> **What the task requires**
Only the lines below starting at the one that contains "e9 v8 v9 LINE" and ending at the one that contains "face PLANE(AX(P(-14.5,0.01,14.5),D(1,0,0),D(0,0,-1))) rev" are to be reproduced, exactly and with both ends kept.

___ Source data

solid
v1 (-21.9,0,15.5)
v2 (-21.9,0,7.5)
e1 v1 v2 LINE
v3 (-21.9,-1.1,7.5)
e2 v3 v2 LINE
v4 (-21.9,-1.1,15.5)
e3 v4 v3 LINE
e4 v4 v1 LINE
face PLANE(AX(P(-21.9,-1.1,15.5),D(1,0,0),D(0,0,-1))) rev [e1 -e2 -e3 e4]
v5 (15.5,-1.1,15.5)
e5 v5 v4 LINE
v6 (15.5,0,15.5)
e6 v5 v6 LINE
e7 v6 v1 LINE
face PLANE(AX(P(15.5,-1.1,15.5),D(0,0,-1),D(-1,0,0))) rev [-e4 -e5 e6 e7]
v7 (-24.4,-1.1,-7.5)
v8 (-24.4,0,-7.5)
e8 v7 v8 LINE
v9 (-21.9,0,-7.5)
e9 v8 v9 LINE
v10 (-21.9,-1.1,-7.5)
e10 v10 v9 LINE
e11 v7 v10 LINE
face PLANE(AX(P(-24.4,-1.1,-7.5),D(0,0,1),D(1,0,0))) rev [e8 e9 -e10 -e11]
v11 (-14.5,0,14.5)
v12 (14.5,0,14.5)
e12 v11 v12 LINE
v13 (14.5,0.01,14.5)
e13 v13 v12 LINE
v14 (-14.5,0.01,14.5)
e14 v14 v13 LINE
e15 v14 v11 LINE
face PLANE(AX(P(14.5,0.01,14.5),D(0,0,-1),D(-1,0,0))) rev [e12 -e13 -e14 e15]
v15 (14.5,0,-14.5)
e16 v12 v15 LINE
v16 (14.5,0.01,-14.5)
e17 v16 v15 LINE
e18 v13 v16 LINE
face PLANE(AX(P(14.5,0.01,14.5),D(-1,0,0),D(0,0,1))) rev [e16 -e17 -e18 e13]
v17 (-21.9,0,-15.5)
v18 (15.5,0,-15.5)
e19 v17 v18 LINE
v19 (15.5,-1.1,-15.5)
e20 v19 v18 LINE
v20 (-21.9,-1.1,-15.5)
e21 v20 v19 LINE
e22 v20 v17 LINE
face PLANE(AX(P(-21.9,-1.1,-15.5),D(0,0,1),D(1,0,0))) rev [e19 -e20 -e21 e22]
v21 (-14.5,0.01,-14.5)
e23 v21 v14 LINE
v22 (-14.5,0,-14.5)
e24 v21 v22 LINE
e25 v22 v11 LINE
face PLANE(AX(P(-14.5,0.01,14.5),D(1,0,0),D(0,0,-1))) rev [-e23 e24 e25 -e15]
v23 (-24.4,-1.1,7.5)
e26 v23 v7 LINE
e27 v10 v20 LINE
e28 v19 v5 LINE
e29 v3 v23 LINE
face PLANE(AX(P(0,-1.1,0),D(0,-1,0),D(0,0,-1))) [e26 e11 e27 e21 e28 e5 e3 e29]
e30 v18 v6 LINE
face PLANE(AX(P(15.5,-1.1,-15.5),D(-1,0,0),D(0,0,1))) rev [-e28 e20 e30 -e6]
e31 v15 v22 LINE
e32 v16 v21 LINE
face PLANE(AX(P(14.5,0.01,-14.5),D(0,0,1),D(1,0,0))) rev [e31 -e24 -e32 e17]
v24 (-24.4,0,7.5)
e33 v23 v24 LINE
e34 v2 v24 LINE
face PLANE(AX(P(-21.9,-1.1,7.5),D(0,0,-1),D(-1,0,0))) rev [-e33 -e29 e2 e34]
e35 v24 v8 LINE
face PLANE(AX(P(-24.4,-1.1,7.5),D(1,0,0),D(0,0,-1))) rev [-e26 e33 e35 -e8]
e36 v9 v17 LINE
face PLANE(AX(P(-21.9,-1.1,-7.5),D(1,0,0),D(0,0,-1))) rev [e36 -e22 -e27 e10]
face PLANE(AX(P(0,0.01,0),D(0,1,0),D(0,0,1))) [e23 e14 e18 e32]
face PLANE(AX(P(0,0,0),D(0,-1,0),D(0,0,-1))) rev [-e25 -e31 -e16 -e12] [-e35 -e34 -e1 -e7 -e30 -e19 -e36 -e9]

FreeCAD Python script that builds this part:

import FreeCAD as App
import Part
import Sketcher
from FreeCAD import Vector
Q = App.Units.Quantity


def add_polygon(sketch, points):
    """Adds a closed chain of lines whose ends are joined by coincident constraints."""
    first, n = sketch.GeometryCount, len(points)
    for a, b in zip(points, points[1:] + points[:1]):
        sketch.addGeometry(Part.LineSegment(App.Vector(*a, 0), App.Vector(*b, 0)), False)
    for i in range(n):
        sketch.addConstraint(Sketcher.Constraint("Coincident", first + i, 2, first + (i + 1) % n, 1))

doc = App.newDocument("Part")
params = doc.addObject("Spreadsheet::Sheet", "Params")
for row, (alias, value) in enumerate([
    ("sketch1_width", "29 mm"),
    ("pad1_length", "0.01 mm"),
    ("sketch2_height", "8 mm"),
    ("sketch2_height2", "15 mm"),
    ("sketch2_width", "2.5 mm"),
    ("sketch2_width2", "37.4 mm"),
    ("pad2_length", "1.1 mm"),
], start=1):
    params.set(f"A{row}", alias)
    params.set(f"B{row}", "=" + value)
    params.setAlias(f"B{row}", alias)

body = doc.addObject("PartDesign::Body", "Body")

sketch1 = doc.addObject("Sketcher::SketchObject", "Sketch")
body.addObject(sketch1)
sketch1.AttachmentSupport = (doc.XZ_Plane, [""])
sketch1.MapMode = "FlatFace"
add_polygon(sketch1, [(-14, -14), (-14, 14), (14, 14), (14, -14)])
sketch1.addConstraint(Sketcher.Constraint("Vertical", 0))
sketch1.addConstraint(Sketcher.Constraint("Horizontal", 1))
sketch1.addConstraint(Sketcher.Constraint("Vertical", 2))
sketch1.addConstraint(Sketcher.Constraint("Horizontal", 3))
sketch1.addConstraint(Sketcher.Constraint("Symmetric", 0, 2, 2, 2, -1, 1))
sketch1.addConstraint(Sketcher.Constraint("Equal", 3, 0))
sketch1.addConstraint(Sketcher.Constraint("DistanceX", 1, 1, 1, 2, Q("29 mm")))
sketch1.setExpression("Constraints[10]", "Params.sketch1_width")
pad1 = doc.addObject("PartDesign::Pad", "Pad")
body.addObject(pad1)
pad1.Profile = sketch1
pad1.setExpression("Length", "Params.pad1_length")
pad1.Reversed = True

sketch2 = doc.addObject("Sketcher::SketchObject", "Sketch001")
body.addObject(sketch2)
sketch2.AttachmentSupport = (doc.XZ_Plane, [""])
sketch2.MapMode = "FlatFace"
add_polygon(sketch2, [(-21.9, 15.5), (-21.9, 7.5), (-24.4, 7.5), (-24.4, -7.5), (-21.9, -7.5), (-21.9, -15.5), (15.5, -15.5), (15.5, 15.5)])
sketch2.addConstraint(Sketcher.Constraint("Vertical", 0))
sketch2.addConstraint(Sketcher.Constraint("Horizontal", 1))
sketch2.addConstraint(Sketcher.Constraint("Vertical", 2))
sketch2.addConstraint(Sketcher.Constraint("Horizontal", 3))
sketch2.addConstraint(Sketcher.Constraint("Vertical", 4))
sketch2.addConstraint(Sketcher.Constraint("Horizontal", 5))
sketch2.addConstraint(Sketcher.Constraint("Vertical", 6))
sketch2.addConstraint(Sketcher.Constraint("Horizontal", 7))
sketch2.addConstraint(Sketcher.Constraint("Symmetric", 0, 2, 3, 2, -1))
sketch2.addConstraint(Sketcher.Constraint("Equal", 0, 4))
sketch2.addConstraint(Sketcher.Constraint("DistanceY", 0, 2, 0, 1, Q("8 mm")))
sketch2.addConstraint(Sketcher.Constraint("DistanceY", 2, 2, 2, 1, Q("15 mm")))
sketch2.addConstraint(Sketcher.Constraint("DistanceX", 1, 2, 1, 1, Q("2.5 mm")))
sketch2.addConstraint(Sketcher.Constraint("DistanceX", 5, 1, 5, 2, Q("37.4 mm")))
sketch2.addConstraint(Sketcher.Constraint("DistanceX", 0, 2, -1, 1, Q("21.9 mm")))
sketch2.setExpression("Constraints[18]", "Params.sketch2_height")
sketch2.setExpression("Constraints[19]", "Params.sketch2_height2")
sketch2.setExpression("Constraints[20]", "Params.sketch2_width")
sketch2.setExpression("Constraints[21]", "Params.sketch2_width2")
pad2 = doc.addObject("PartDesign::Pad", "Pad001")
body.addObject(pad2)
pad2.Profile = sketch2
pad2.setExpression("Length", "Params.pad2_length")

doc.recompute()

______

> **Result of this task**
e9 v8 v9 LINE
v10 (-21.9,-1.1,-7.5)
e10 v10 v9 LINE
e11 v7 v10 LINE
face PLANE(AX(P(-24.4,-1.1,-7.5),D(0,0,1),D(1,0,0))) rev [e8 e9 -e10 -e11]
v11 (-14.5,0,14.5)
v12 (14.5,0,14.5)
e12 v11 v12 LINE
v13 (14.5,0.01,14.5)
e13 v13 v12 LINE
v14 (-14.5,0.01,14.5)
e14 v14 v13 LINE
e15 v14 v11 LINE
face PLANE(AX(P(14.5,0.01,14.5),D(0,0,-1),D(-1,0,0))) rev [e12 -e13 -e14 e15]
v15 (14.5,0,-14.5)
e16 v12 v15 LINE
v16 (14.5,0.01,-14.5)
e17 v16 v15 LINE
e18 v13 v16 LINE
face PLANE(AX(P(14.5,0.01,14.5),D(-1,0,0),D(0,0,1))) rev [e16 -e17 -e18 e13]
v17 (-21.9,0,-15.5)
v18 (15.5,0,-15.5)
e19 v17 v18 LINE
v19 (15.5,-1.1,-15.5)
e20 v19 v18 LINE
v20 (-21.9,-1.1,-15.5)
e21 v20 v19 LINE
e22 v20 v17 LINE
face PLANE(AX(P(-21.9,-1.1,-15.5),D(0,0,1),D(1,0,0))) rev [e19 -e20 -e21 e22]
v21 (-14.5,0.01,-14.5)
e23 v21 v14 LINE
v22 (-14.5,0,-14.5)
e24 v21 v22 LINE
e25 v22 v11 LINE
face PLANE(AX(P(-14.5,0.01,14.5),D(1,0,0),D(0,0,-1))) rev [-e23 e24 e25 -e15]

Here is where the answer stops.